-- WHAT IS BEING ASKED --
Bring together copies of the lines in the data below that contain the word "Locations".

Start of PROVIDED DATA

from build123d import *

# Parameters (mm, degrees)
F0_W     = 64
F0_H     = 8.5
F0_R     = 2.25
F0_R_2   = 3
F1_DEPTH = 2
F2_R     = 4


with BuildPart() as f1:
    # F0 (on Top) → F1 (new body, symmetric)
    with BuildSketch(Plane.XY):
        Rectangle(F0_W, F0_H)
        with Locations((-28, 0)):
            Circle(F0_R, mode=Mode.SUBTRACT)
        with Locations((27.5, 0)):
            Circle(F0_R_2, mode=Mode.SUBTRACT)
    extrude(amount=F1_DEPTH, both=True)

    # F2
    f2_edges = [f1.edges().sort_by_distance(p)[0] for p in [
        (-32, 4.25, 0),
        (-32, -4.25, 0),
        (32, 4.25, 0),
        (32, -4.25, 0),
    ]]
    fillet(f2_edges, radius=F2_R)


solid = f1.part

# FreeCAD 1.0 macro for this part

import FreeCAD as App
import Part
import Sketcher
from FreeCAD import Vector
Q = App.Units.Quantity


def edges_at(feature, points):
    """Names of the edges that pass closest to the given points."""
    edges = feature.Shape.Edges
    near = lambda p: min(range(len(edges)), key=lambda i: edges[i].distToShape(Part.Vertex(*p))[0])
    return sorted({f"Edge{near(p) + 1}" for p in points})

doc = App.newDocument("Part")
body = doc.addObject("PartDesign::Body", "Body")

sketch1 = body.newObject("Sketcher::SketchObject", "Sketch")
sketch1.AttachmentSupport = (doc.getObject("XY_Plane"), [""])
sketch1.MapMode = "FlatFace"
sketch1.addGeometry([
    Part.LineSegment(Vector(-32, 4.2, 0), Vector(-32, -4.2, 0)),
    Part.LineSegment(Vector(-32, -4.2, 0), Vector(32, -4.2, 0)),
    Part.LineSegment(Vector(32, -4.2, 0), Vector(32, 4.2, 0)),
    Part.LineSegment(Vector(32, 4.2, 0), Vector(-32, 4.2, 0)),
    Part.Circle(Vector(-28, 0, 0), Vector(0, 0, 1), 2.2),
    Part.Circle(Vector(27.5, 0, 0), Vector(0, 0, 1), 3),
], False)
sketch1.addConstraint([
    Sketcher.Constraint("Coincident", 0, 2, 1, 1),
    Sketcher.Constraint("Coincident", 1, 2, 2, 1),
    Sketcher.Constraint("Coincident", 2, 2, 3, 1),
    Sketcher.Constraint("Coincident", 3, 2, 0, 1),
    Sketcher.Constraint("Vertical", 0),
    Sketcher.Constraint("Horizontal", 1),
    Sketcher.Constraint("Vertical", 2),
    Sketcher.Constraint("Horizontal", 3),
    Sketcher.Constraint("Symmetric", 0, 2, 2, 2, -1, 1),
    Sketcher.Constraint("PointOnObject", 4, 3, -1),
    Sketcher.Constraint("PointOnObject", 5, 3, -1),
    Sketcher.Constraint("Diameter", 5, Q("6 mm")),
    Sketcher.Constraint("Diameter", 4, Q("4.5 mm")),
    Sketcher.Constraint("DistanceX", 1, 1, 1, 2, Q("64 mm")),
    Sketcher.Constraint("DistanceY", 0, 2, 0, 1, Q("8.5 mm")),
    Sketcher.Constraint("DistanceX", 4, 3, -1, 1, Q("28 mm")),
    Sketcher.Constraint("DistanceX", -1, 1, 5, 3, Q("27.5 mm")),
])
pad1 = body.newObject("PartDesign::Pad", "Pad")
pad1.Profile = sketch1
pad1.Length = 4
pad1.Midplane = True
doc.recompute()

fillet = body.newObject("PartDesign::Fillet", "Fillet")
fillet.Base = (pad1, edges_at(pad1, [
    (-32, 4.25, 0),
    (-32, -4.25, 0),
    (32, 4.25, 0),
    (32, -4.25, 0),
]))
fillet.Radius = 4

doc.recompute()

End of PROVIDED DATA
Start of PROVIDED DATA

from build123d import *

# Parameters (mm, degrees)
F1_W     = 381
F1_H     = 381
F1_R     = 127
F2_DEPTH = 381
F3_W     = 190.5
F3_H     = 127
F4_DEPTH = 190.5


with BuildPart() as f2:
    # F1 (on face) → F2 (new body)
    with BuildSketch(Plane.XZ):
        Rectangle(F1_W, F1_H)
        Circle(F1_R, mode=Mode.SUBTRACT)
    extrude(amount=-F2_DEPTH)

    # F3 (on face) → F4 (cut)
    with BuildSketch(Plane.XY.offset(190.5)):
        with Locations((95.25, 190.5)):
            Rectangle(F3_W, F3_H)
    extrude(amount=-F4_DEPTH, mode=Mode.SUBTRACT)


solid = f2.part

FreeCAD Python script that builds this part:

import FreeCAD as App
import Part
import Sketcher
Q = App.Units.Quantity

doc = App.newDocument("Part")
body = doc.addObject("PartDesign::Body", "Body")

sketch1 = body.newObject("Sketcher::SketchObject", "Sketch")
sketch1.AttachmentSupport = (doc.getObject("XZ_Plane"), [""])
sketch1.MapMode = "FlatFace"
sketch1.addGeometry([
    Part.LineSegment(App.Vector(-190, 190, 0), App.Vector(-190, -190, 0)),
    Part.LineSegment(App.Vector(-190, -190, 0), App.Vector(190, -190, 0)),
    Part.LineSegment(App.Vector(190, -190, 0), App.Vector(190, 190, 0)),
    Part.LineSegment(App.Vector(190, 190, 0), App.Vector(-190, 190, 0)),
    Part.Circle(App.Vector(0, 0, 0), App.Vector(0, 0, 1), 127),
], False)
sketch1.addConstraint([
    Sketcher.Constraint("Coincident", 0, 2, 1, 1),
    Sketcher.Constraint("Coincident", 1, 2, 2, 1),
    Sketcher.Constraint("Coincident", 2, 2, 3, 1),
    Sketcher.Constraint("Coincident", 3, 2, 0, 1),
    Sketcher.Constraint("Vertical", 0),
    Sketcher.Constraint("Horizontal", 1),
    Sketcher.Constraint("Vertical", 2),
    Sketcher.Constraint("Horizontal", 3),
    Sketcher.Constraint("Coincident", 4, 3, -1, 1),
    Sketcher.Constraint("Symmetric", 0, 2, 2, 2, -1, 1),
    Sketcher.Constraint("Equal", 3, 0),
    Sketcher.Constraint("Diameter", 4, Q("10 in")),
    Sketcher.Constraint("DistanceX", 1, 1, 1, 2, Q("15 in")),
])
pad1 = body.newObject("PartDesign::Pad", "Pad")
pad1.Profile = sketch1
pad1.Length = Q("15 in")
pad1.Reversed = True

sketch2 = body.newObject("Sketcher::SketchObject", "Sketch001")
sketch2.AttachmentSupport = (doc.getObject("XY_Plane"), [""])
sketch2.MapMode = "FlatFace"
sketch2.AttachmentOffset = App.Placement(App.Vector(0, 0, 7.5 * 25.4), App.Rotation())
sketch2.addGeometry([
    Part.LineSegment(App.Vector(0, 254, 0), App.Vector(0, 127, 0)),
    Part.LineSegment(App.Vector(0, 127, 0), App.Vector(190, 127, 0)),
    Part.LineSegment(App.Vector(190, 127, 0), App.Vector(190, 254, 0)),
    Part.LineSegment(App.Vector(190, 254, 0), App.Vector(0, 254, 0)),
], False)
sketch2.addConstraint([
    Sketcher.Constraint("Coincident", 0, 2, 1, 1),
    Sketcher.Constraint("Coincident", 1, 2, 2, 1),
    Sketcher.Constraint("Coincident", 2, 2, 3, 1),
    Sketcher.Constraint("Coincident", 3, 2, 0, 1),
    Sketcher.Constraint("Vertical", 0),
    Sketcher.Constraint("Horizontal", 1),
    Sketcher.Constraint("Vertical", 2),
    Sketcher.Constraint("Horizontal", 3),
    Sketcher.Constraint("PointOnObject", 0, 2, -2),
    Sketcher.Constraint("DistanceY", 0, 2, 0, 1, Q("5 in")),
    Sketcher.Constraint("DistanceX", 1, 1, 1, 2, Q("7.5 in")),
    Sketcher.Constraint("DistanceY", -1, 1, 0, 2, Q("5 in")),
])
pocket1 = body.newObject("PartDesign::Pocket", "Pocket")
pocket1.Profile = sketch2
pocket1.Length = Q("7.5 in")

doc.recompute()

End of PROVIDED DATA

-- PROBLEM SOLUTION --
        with Locations((-28, 0)):
        with Locations((27.5, 0)):
        with Locations((95.25, 190.5)):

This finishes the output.